In order to reduce the size of the example datasets, the Unigene ID's for each of the 1517 Affymetrix ID of these genes were obtained using the function
aafUniGene in the
annaffy Bioconductor package. These 1517 Unigene IDs were compared with the Unigene ID's of the 1375 gene subset of the \$Ross dataset. 144 genes were common between the two datasets and these are contained in \$Affy.

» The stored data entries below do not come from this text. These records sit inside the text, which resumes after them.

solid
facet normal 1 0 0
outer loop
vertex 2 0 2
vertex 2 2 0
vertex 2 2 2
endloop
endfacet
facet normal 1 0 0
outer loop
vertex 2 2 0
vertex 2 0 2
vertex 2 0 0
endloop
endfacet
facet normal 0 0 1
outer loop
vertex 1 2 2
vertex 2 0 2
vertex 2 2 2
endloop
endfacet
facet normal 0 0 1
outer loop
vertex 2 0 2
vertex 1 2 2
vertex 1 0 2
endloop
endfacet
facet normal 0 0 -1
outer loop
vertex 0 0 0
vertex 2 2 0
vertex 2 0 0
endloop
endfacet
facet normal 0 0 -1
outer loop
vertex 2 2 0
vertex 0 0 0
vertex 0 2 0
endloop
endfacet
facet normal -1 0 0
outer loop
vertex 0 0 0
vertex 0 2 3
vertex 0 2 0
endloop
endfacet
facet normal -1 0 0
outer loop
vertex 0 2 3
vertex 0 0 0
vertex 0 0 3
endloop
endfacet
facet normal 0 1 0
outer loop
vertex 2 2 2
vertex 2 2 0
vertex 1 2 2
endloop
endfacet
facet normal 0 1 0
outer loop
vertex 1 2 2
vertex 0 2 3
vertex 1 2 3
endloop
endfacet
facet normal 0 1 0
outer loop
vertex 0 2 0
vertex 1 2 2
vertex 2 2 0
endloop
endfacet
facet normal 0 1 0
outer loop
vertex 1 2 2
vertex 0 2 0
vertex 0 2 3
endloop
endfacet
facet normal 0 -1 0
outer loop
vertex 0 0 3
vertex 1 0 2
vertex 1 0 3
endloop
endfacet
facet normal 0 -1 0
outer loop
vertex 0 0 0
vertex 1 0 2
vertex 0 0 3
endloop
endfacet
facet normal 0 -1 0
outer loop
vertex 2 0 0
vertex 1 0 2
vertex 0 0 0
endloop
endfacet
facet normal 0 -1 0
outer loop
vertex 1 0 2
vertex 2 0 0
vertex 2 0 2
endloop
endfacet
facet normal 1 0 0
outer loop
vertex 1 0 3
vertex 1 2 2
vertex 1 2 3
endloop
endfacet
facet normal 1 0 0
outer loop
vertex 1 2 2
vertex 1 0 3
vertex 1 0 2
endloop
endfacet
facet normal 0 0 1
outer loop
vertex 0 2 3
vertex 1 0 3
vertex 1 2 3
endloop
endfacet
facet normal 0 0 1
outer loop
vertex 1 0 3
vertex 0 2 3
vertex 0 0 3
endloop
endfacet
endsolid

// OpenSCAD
scale(2) cube();
scale([1, 2, 3]) cube();
scale([1, 2]) cube();
scale(0) cube();
scale([0 * -1, 1, 1]) cube();
scale("x") cube();
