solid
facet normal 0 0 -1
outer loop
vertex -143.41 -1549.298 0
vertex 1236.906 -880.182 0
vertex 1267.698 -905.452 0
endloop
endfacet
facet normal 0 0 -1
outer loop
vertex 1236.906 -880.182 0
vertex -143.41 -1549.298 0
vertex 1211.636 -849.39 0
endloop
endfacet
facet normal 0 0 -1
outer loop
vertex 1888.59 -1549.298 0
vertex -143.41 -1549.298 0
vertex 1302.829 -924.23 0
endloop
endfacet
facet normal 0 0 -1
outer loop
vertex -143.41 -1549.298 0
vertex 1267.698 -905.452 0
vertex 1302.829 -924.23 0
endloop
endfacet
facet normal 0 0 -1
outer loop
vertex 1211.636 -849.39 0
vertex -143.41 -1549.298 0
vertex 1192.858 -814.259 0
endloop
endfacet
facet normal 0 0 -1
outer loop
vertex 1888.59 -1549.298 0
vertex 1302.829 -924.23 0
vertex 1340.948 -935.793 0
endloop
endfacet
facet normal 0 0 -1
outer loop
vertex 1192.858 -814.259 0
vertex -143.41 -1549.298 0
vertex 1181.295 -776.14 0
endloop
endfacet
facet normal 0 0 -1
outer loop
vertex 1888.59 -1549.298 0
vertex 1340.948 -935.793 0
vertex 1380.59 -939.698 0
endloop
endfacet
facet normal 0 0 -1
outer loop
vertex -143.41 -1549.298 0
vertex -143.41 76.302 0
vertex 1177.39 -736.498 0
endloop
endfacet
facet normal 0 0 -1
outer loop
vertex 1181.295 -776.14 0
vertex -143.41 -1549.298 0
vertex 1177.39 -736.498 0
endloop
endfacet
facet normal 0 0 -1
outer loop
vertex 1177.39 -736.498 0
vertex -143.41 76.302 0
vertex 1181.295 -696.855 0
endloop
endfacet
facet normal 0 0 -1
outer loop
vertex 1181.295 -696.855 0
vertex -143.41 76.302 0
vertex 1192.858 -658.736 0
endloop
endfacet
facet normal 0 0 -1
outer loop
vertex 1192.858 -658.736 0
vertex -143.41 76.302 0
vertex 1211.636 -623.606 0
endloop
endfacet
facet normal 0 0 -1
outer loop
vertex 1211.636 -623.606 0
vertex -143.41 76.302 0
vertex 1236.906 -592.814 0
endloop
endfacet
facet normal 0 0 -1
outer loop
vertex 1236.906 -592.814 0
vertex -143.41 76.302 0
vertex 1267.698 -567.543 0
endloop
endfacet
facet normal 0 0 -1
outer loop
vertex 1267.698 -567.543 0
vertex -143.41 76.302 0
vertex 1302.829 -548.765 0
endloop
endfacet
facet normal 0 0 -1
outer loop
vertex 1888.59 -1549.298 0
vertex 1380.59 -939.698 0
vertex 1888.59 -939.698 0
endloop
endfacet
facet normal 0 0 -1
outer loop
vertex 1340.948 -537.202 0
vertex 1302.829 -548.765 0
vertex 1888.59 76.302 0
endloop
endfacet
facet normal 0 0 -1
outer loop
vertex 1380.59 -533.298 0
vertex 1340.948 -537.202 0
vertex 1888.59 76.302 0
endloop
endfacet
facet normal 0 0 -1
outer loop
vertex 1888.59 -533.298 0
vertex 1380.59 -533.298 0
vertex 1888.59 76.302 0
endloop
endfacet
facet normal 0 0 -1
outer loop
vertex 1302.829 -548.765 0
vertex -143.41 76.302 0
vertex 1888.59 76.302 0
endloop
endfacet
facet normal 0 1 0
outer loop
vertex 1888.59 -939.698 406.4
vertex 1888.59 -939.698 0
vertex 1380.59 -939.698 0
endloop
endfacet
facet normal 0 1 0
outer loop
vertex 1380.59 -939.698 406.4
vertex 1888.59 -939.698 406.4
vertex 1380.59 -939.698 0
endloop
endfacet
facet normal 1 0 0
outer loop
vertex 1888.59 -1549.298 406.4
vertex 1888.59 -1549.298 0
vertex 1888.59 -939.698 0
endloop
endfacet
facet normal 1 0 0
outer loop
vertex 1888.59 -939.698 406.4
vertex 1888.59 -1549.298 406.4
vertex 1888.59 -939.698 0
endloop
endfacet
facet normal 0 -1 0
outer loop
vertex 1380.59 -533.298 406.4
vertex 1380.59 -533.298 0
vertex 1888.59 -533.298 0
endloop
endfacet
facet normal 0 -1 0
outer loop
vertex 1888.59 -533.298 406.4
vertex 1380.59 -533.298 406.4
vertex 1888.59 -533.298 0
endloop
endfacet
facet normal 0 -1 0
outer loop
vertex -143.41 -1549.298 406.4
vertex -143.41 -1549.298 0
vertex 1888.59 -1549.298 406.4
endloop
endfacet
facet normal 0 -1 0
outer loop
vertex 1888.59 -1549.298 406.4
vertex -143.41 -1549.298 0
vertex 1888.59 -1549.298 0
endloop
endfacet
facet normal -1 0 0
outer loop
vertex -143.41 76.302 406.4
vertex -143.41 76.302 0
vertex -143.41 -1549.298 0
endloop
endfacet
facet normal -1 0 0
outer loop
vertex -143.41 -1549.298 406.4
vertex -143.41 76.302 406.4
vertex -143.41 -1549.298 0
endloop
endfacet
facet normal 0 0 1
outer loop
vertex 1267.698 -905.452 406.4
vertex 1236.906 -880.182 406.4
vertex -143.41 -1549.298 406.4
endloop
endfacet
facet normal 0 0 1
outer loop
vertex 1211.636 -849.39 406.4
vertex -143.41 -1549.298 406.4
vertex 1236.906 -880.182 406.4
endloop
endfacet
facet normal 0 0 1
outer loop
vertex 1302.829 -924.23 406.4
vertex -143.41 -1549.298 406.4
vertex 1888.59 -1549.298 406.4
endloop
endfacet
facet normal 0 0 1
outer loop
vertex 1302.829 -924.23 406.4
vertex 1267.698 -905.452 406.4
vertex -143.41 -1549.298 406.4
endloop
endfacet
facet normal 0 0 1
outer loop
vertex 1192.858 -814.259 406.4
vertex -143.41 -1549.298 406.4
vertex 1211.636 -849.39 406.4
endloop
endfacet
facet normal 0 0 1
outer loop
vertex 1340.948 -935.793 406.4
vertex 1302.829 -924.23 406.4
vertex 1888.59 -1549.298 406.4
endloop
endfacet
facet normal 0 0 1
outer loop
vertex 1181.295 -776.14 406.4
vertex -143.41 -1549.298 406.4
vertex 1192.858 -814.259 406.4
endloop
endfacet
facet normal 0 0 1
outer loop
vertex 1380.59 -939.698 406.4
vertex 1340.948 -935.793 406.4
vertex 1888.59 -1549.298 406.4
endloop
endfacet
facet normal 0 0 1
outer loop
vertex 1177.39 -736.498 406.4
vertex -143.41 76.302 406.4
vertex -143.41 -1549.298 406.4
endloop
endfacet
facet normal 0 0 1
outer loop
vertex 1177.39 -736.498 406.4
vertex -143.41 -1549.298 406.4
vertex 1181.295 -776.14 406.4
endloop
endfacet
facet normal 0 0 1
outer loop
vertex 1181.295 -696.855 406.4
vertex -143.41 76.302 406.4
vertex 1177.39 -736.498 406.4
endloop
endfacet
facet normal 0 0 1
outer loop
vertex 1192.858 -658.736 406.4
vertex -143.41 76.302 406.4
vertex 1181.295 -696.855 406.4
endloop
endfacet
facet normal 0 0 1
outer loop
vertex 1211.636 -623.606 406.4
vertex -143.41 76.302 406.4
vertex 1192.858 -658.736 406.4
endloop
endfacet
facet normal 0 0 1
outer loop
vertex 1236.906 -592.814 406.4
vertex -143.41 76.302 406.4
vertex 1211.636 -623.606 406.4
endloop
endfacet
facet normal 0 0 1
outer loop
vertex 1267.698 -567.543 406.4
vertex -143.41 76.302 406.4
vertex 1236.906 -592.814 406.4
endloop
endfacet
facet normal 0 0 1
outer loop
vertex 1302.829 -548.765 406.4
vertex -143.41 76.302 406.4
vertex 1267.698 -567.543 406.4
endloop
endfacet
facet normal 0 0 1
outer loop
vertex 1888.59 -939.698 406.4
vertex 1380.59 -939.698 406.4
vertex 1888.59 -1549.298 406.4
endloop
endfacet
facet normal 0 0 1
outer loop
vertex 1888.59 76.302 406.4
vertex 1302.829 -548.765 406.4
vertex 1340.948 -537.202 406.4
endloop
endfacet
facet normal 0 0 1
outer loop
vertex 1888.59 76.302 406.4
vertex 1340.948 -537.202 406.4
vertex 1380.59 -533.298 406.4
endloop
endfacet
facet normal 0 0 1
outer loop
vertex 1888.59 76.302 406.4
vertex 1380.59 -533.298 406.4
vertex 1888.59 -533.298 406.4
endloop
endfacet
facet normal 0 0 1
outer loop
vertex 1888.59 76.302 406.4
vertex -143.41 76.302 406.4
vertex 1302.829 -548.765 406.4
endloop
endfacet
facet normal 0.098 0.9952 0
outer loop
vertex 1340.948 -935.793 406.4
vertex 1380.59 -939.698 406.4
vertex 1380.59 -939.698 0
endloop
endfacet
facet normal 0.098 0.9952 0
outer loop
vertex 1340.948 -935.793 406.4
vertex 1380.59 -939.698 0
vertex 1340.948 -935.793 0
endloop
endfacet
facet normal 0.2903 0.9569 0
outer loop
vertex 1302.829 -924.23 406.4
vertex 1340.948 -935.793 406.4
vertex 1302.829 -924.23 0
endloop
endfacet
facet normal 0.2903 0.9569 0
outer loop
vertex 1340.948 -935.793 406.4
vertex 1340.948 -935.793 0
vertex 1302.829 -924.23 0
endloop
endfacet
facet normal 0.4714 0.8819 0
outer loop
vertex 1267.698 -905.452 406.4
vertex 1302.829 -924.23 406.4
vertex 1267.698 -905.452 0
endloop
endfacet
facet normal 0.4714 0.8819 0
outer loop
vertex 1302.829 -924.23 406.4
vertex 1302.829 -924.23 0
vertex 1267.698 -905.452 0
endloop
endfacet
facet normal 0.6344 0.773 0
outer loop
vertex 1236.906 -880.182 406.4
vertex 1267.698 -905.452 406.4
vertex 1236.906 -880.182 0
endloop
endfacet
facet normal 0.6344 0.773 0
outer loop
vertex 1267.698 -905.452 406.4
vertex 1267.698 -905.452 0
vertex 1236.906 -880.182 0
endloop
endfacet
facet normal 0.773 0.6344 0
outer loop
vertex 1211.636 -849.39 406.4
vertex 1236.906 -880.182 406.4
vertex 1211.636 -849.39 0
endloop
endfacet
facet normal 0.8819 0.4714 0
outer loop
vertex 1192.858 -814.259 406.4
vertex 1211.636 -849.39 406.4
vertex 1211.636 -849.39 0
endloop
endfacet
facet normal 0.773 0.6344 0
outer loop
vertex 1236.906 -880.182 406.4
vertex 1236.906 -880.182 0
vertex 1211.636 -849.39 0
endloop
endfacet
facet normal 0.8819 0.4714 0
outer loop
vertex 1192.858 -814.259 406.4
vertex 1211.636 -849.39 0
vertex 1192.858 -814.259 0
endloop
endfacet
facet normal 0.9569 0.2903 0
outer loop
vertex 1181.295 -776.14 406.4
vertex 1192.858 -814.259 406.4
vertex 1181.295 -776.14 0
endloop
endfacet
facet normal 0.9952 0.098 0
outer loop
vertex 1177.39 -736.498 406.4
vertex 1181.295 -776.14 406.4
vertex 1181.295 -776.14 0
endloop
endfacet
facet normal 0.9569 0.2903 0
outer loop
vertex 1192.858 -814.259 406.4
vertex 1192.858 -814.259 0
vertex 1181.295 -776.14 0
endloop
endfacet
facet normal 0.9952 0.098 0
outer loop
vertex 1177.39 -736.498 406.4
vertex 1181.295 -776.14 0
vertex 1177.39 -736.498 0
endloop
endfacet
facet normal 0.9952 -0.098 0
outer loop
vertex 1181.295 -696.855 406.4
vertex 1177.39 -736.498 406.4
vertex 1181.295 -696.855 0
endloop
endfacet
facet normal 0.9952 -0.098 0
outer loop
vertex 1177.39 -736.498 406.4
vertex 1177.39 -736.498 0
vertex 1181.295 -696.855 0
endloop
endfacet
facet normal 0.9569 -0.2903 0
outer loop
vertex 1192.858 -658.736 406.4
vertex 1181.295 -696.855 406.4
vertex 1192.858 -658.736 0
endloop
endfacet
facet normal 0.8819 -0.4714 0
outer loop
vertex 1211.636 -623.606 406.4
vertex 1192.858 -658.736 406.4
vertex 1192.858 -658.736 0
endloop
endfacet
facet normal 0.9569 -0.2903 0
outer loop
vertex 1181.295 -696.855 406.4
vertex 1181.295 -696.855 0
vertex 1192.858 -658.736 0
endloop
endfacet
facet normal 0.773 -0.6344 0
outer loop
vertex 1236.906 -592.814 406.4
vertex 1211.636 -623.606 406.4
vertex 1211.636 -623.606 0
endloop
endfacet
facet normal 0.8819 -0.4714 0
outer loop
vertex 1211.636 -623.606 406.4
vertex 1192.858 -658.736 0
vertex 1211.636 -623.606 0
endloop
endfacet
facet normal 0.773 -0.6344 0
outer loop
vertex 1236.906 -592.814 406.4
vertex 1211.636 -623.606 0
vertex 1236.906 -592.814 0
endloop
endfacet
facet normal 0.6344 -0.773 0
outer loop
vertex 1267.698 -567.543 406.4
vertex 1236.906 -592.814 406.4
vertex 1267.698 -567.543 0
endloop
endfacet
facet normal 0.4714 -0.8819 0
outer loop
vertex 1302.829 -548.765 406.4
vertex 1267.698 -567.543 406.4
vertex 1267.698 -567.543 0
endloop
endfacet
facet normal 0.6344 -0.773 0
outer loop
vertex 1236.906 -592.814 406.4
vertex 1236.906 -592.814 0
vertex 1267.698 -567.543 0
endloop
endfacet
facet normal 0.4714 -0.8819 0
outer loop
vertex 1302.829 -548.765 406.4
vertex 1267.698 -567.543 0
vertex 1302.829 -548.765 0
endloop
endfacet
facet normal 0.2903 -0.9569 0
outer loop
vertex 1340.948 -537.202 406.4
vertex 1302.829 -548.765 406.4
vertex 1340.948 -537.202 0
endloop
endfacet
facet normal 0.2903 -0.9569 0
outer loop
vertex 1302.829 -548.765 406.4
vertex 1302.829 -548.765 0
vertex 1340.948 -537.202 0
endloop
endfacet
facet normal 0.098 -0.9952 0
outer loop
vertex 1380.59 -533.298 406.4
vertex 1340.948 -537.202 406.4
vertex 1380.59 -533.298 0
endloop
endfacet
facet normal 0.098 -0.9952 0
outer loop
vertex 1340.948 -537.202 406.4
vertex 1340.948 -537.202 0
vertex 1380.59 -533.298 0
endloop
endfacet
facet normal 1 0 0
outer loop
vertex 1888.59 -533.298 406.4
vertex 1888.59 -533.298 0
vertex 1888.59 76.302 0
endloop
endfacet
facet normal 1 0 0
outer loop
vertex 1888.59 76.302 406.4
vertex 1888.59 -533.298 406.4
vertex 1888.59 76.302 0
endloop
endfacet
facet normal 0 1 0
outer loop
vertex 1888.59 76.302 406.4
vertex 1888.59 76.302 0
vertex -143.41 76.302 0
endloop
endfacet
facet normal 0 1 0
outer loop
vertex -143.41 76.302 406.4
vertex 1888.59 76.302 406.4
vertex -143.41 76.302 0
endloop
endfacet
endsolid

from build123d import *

# Parameters (mm, degrees)
F1_DEPTH = 406.4


with BuildPart() as f1:
    # F0 (on Top) → F1 (new body)
    with BuildSketch(Plane.XY):
        with BuildLine():
            Line((1888.590196, 76.302297), (-143.409804, 76.302297))
            Line((-143.409804, 76.302297), (-143.409804, -1549.297703))
            Line((-143.409804, -1549.297703), (1888.590196, -1549.297703))
            Line((1888.590196, -1549.297703), (1888.590196, -939.697703))
            Line((1888.590196, -939.697703), (1380.590196, -939.697703))
            ThreePointArc((1380.590196, -939.697703), (1177.390196, -736.497703), (1380.590196, -533.297703))
            Line((1380.590196, -533.297703), (1888.590196, -533.297703))
            Line((1888.590196, -533.297703), (1888.590196, 76.302297))
        make_face()
    extrude(amount=F1_DEPTH)


solid = f1.part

These pre-processed datasets were available as a supplement to the paper:
Culhane AC, Perriere G, Higgins DG. Cross-platform comparison and visualisation of gene expression data using co-inertia analysis. BMC Bioinformatics. 2003 Nov 21;4(1):59. http://www.biomedcentral.com/1471-2105/4/59
Culhane AC, Perriere G, Higgins DG. Cross-platform comparison and visualisation of gene expression data using co-inertia analysis. BMC Bioinformatics. 2003 Nov 21;4(1):59.
Ross DT, Scherf U, Eisen MB, Perou CM, Rees C, Spellman P, Iyer V, Jeffrey SS, Van de Rijn M, Waltham M, Pergamenschikov A, Lee JC, Lashkari D, Shalon D, Myers TG, Weinstein JN, Botstein D, Brown PO: Systematic variation in gene expression patterns in human cancer cell lines. Nat Genet 2000, 24:227-235
Scherf U, Ross DT, Waltham M, Smith LH, Lee JK, Tanabe L, Kohn KW, Reinhold WC, Myers TG, Andrews DT, Scudiero DA, Eisen MB, Sausville EA, Pommier Y, Botstein D, Brown PO, Weinstein JN: A gene expression database for the molecular pharmacology of cancer.Nat Genet 2000, 24:236-244.
Staunton JE, Slonim DK, Coller HA, Tamayo P, Angelo MJ, Park J, Scherf U, Lee JK, Reinhold WO, Weinstein JN, Mesirov JP, Lander ES, Golub TR: Chemosensitivity prediction by transcriptional profiling. Proc Natl Acad Sci U S A 2001, 98:10787-10792.
Troyanskaya O, Cantor M, Sherlock G, Brown P, Hastie T, Tibshirani R, Botstein D, Altman RB: Missing value estimation methods for DNA microarrays. Bioinformatics 2001, 17:520-525.